> Your goal:
Look through the records below for the line holding "#49=ORIENTED_EDGE('',*,*,#48,.T.);". Write it out exactly, with each following line through the line holding "#57=ORIENTED_EDGE('',*,*,#41,.T.);".

> Information provided:

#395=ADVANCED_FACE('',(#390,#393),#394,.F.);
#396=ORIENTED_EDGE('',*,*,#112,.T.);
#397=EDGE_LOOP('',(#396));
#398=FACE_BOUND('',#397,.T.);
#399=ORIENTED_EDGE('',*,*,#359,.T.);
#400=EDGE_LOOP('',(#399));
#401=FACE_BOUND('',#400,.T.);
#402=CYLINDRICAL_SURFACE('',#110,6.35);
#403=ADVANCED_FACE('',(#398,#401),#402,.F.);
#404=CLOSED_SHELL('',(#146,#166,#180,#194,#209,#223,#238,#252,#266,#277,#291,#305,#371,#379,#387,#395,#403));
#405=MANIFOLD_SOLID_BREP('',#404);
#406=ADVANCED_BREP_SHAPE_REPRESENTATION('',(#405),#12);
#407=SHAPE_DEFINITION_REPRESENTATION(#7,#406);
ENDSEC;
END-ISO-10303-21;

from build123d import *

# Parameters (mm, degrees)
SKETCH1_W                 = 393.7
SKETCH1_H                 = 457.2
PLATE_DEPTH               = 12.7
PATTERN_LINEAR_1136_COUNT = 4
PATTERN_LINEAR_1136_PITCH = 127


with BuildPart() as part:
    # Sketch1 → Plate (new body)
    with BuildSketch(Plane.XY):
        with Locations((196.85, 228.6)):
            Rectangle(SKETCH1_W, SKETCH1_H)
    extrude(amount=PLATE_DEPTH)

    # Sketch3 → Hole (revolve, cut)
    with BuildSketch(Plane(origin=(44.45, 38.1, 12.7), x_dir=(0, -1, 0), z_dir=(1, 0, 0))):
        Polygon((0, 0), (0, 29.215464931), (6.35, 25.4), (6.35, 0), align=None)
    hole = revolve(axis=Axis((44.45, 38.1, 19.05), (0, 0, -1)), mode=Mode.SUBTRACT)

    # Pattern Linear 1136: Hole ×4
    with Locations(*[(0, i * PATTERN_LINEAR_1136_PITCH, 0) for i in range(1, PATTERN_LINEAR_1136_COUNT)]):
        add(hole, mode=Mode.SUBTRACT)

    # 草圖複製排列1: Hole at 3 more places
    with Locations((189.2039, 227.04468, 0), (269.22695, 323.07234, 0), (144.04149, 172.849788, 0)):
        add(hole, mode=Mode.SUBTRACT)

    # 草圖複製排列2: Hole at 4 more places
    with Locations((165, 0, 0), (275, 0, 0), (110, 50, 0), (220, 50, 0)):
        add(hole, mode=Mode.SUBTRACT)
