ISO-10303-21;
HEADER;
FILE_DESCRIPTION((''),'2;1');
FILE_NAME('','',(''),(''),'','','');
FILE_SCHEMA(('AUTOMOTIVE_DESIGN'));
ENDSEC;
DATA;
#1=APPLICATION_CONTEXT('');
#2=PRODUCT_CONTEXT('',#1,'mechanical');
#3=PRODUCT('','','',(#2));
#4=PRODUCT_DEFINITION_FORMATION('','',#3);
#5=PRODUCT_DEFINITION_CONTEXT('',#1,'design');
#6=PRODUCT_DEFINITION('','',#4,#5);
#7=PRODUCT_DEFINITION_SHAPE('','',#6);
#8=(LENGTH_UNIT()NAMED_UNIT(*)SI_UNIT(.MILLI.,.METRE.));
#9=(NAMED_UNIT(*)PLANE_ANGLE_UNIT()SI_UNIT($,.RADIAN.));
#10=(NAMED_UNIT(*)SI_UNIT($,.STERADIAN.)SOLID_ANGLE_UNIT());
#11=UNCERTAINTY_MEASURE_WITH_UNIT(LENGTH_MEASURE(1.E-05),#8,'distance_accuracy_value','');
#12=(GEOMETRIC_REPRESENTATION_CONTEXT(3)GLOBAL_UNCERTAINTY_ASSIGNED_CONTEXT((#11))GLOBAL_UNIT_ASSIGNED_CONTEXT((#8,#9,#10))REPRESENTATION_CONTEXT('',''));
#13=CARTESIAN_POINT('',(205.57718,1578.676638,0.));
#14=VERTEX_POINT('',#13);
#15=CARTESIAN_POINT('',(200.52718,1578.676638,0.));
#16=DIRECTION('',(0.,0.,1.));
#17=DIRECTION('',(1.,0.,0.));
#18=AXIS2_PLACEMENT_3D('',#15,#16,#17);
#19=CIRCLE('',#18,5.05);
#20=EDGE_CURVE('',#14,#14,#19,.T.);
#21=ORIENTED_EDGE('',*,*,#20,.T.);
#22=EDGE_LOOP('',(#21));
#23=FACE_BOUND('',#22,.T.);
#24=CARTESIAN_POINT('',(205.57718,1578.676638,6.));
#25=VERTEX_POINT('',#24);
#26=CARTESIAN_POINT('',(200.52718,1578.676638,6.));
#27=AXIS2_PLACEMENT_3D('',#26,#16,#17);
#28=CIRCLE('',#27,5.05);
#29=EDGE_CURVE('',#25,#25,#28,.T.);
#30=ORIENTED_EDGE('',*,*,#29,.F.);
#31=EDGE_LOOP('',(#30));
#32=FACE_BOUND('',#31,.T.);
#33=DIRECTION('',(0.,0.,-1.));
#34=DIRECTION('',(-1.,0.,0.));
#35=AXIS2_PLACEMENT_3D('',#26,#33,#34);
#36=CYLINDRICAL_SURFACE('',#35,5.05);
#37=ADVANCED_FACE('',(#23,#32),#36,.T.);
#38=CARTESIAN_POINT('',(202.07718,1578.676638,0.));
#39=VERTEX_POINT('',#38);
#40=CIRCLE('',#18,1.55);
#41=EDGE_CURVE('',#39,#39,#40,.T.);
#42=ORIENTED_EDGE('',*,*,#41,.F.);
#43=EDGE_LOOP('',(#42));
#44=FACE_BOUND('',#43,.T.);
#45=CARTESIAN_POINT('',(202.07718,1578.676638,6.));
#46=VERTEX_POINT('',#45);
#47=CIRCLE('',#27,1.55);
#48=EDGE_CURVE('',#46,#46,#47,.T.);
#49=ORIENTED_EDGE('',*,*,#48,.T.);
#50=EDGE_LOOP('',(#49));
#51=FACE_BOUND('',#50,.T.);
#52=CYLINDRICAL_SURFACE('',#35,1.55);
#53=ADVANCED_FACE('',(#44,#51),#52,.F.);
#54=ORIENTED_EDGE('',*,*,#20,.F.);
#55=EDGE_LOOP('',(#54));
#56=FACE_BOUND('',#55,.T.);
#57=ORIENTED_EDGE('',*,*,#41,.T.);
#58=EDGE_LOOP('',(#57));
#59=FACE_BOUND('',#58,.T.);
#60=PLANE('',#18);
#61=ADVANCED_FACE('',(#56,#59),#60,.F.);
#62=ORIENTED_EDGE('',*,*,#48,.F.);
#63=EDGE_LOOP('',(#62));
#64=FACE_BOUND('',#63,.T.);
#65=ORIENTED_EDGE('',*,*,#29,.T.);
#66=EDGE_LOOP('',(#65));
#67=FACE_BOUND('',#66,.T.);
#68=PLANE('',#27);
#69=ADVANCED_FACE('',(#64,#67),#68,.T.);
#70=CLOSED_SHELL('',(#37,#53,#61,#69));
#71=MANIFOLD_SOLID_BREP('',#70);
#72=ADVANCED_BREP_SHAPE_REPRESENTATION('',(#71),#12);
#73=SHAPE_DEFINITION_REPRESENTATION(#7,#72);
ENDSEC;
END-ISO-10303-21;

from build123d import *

# Parameters (mm, degrees)
SZKIC1_R                    = 5.05
SZKIC1_R_2                  = 1.55
DODANIE_WYCI_GNI_CIE1_DEPTH = 6


with BuildPart() as part:
    # Szkic1 → Dodanie-wyciągnięcie1 (new body)
    with BuildSketch(Plane.XY):
        with Locations((200.527180247, 1578.676637887)):
            Circle(SZKIC1_R)
        with Locations((200.527180247, 1578.676637887)):
            Circle(SZKIC1_R_2, mode=Mode.SUBTRACT)
    extrude(amount=DODANIE_WYCI_GNI_CIE1_DEPTH)


solid = part.part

> Expected answer:
#49=ORIENTED_EDGE('',*,*,#48,.T.);
#50=EDGE_LOOP('',(#49));
#51=FACE_BOUND('',#50,.T.);
#52=CYLINDRICAL_SURFACE('',#35,1.55);
#53=ADVANCED_FACE('',(#44,#51),#52,.F.);
#54=ORIENTED_EDGE('',*,*,#20,.F.);
#55=EDGE_LOOP('',(#54));
#56=FACE_BOUND('',#55,.T.);
#57=ORIENTED_EDGE('',*,*,#41,.T.);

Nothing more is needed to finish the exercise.